It was a very good year for Ted Stagg, inventor and drilling master for Alaska's largest oil producer. As 1991 concludes, he holds the distinction of being the first BP Exploration (Alaska) staffer to capture in one year two prestigious international awards given by parent company BP America.

"I was always real interested in building things," Stagg recalls. "I built model airplanes and I flew a lot of them. I built motorized cars using Briggs & Stratton engines. I've built a few boats."

But Stagg was well into his college career at Louisiana State University when the oil patch bug grabbed him. With a degree in electrical engineering in hand, Stagg went to work for Schlumberger Offshore Services in the Gulf of Mexico and later joined competitor Gearhart-Owen in Peru, Saudia Arabia, Iran and Egypt. As a field worker for two large oilfield service companies, Stagg learned the drilling business the old-fashioned way.
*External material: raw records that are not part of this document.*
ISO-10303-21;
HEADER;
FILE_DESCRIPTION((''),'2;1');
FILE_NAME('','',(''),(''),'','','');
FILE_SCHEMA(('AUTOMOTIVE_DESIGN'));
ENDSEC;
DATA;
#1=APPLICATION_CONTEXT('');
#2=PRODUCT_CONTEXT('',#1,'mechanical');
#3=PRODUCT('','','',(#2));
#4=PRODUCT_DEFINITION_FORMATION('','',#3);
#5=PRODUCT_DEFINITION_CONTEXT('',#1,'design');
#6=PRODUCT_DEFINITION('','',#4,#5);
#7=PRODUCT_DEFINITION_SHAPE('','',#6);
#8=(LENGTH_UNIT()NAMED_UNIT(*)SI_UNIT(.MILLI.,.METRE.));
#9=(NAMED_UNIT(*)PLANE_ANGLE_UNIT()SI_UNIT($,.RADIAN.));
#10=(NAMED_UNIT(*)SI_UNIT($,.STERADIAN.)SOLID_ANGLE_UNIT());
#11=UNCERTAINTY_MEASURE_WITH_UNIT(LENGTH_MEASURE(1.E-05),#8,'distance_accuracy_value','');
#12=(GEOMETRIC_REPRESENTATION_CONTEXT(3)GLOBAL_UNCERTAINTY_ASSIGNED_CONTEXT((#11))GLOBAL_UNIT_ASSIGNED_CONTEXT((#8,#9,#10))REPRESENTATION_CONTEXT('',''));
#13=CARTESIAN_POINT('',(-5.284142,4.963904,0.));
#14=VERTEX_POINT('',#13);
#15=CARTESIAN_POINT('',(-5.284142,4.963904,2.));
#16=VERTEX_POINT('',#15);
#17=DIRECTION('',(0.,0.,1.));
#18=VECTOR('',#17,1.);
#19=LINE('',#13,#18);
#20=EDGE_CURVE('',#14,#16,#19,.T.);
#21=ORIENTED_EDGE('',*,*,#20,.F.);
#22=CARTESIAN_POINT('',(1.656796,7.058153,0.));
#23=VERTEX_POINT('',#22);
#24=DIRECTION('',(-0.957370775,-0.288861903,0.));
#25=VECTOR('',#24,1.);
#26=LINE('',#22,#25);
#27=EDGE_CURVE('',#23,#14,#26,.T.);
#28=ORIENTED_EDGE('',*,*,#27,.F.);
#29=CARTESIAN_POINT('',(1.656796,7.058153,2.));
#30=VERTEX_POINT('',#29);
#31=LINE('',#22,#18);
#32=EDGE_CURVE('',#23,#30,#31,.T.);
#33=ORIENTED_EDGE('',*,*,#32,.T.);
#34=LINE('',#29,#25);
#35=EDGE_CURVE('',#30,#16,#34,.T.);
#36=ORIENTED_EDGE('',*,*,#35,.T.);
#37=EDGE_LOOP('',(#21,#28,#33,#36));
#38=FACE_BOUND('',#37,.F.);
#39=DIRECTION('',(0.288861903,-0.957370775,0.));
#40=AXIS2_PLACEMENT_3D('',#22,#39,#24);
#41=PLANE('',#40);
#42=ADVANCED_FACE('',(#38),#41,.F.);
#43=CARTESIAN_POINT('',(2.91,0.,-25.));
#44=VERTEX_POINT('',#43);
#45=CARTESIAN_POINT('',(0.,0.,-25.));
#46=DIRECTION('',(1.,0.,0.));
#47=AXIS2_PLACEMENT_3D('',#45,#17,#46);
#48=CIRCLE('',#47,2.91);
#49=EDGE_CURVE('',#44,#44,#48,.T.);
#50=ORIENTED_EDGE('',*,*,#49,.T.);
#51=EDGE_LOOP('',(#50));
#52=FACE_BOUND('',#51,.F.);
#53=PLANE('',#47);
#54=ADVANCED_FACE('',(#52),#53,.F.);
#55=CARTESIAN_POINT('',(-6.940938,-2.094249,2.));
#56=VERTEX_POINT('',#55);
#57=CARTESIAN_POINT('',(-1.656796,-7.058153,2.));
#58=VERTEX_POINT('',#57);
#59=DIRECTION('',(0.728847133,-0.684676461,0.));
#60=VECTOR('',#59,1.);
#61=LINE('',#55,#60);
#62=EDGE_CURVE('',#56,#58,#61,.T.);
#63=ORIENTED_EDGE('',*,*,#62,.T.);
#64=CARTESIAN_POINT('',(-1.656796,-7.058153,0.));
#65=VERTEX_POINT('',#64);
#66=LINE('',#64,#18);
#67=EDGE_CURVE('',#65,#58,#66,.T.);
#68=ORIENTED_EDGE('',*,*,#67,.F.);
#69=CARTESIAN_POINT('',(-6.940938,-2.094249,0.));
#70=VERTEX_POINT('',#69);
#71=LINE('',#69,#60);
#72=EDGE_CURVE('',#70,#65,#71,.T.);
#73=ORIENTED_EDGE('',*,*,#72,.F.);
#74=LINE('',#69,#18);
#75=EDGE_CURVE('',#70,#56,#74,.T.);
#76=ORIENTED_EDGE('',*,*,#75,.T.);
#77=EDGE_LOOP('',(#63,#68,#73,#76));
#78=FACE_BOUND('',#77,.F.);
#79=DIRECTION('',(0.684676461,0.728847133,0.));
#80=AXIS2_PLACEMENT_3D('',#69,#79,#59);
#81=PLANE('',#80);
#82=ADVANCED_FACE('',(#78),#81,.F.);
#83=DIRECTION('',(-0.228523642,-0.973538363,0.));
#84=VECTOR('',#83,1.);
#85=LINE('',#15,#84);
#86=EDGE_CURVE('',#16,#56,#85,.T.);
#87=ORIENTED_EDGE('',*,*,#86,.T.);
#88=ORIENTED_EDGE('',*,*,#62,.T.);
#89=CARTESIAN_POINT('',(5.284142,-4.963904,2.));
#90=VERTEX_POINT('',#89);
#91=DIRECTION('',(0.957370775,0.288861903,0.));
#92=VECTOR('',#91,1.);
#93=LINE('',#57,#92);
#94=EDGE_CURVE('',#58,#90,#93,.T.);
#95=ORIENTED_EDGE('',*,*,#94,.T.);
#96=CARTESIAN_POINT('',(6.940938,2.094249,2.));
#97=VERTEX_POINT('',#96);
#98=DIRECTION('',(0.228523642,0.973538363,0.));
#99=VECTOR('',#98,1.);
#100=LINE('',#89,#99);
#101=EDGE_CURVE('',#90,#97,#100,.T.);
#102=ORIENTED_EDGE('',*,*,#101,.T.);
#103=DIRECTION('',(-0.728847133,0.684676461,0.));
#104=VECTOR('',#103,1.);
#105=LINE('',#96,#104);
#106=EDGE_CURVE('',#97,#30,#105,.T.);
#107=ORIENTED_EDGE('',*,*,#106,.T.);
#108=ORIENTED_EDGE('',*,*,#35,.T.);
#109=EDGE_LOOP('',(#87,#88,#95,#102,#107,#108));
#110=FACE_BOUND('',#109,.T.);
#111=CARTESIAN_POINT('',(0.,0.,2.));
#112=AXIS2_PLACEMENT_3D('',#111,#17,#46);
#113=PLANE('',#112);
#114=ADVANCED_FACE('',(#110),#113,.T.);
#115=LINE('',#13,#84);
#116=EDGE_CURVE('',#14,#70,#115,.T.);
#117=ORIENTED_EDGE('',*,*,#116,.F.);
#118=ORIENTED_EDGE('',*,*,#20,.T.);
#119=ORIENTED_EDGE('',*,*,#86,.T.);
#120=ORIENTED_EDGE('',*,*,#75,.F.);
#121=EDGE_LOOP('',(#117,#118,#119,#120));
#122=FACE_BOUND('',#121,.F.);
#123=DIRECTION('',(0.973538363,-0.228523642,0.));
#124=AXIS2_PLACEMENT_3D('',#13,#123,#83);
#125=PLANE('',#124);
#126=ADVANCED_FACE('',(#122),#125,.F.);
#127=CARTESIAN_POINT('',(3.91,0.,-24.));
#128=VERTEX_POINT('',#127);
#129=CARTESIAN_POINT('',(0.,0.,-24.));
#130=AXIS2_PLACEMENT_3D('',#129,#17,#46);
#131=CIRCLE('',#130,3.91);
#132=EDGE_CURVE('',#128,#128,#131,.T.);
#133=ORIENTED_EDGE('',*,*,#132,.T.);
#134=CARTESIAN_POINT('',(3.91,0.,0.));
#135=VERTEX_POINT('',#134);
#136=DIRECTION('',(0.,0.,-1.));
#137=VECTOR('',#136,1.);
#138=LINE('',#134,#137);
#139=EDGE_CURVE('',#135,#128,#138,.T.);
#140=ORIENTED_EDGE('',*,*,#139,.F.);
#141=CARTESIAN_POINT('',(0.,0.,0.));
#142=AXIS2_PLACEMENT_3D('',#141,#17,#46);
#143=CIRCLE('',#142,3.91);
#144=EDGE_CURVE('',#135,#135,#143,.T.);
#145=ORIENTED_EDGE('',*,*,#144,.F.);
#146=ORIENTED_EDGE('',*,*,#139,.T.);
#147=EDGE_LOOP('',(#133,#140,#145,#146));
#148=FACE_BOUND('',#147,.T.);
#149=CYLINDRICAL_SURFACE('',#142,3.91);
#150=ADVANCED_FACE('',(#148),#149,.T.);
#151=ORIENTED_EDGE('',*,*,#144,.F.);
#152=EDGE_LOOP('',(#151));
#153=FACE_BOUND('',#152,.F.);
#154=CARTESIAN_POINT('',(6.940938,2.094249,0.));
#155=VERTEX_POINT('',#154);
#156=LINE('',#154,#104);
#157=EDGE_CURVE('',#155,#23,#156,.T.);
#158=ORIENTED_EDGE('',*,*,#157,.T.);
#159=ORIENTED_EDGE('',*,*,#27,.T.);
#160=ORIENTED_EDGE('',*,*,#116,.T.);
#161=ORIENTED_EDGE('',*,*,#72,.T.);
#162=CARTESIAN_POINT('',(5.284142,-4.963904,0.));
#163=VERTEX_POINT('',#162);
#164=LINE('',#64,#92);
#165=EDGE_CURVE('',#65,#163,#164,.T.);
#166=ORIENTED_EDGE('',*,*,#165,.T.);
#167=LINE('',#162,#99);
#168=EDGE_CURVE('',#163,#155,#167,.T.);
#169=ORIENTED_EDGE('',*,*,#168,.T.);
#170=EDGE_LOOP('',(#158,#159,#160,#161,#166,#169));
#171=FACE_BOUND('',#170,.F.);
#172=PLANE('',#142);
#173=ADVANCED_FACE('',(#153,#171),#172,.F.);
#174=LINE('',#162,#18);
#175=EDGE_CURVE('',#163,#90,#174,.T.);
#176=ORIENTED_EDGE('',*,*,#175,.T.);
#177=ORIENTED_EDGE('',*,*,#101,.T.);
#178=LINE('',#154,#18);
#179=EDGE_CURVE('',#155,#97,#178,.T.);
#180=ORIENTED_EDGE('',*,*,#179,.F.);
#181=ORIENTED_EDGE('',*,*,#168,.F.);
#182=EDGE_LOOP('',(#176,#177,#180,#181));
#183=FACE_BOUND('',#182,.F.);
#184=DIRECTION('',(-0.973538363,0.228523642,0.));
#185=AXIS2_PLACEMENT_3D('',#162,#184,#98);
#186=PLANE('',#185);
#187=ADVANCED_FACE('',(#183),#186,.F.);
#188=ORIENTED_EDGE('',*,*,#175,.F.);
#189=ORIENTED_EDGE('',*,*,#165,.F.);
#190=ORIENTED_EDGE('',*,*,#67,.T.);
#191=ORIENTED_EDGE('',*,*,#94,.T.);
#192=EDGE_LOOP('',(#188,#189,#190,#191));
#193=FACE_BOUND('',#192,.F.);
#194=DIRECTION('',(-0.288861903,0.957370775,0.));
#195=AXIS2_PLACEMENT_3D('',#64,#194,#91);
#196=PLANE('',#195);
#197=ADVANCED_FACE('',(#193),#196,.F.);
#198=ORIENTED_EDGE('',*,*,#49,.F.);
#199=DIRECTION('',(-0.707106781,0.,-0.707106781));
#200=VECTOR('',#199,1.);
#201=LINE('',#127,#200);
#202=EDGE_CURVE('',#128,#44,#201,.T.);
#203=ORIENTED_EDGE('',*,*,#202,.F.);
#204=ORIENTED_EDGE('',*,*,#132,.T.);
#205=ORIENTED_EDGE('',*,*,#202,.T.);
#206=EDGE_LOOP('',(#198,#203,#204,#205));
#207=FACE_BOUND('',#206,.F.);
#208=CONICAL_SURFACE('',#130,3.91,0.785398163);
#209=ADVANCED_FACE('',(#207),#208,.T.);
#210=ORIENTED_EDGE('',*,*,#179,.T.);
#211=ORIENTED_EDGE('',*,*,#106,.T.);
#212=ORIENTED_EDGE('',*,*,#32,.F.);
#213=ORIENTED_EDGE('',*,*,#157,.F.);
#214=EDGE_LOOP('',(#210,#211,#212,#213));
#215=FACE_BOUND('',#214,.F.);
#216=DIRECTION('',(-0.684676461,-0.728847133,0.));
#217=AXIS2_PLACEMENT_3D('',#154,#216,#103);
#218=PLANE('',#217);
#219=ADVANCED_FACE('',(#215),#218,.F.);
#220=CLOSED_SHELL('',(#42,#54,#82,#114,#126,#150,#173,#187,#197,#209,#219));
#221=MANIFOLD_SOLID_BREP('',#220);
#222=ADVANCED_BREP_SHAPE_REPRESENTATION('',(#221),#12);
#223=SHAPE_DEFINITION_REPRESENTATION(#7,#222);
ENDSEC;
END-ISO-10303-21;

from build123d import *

# Parameters (mm, degrees)
F0_R      = 3.91
F1_DEPTH  = 25
F1_FACE_R = 3.91
F2_DEPTH  = 2
F3_SIZE   = 1


with BuildPart() as f1:
    # F0 (on Top) → F1 (new body)
    with BuildSketch(Plane.XY):
        Circle(F0_R)
    extrude(amount=-F1_DEPTH)

    # F0 (on Top) + F1_face (on face) → F2 (join)
    with BuildSketch(Plane.XY):
        Polygon((5.284141717, -4.9639043418), (6.9409381205, 2.0942487932), (1.6567964035, 7.058153135), (-5.284141717, 4.9639043418), (-6.9409381205, -2.0942487932), (-1.6567964035, -7.058153135), align=None)
        Circle(F0_R, mode=Mode.SUBTRACT)
    with BuildSketch(Plane.XY):
        Circle(F1_FACE_R)
    extrude(amount=F2_DEPTH)

    # F3
    f3_edges = [f1.edges().sort_by_distance(p)[0] for p in [
        (-3.91, 0, -25),
    ]]
    chamfer(f3_edges, length=F3_SIZE)


solid = f1.part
Explains Stagg, "I really enjoyed my time at Schlumberger and Gearhart, particularly with Gearhart because they allowed you to do a lot of tool modifications and to improvise in building new tools that would fit a need. I just found the oil business to be fascinating. Running logs on wells with Schlumberger was an awful good introduction to the oilfield."

Years after joining British Petroleum in Alaska in the 1970s, Stagg began to put his innovative talents to work. In the mid-1980s, he and a team of BP engineers began experimenting with horizontal wells in Texas. The wells employed new drilling technology used successfully by the French to boost oil production in fields offshore from Italy.

Unlike a conventional well that cuts through the oil column vertically, a horizontal well is bent to run through the column laterally. With more of the well bore exposed to the oil-bearing rock, production rates can be increased substantially -- from 30 percent to 50 percent higher than from conventional methods, depending on the type of formation.

BP drilled its first horizontal well at Prudhoe Bay in 1985, followed by three more in 1986. "We learned how to drill them and to do the mechanics and we saw very encouraging production results," says Stagg. "But we continued to be plagued with one of the biggest problems at Prudhoe Bay, and that is (natural) gas, producing unwanted gas."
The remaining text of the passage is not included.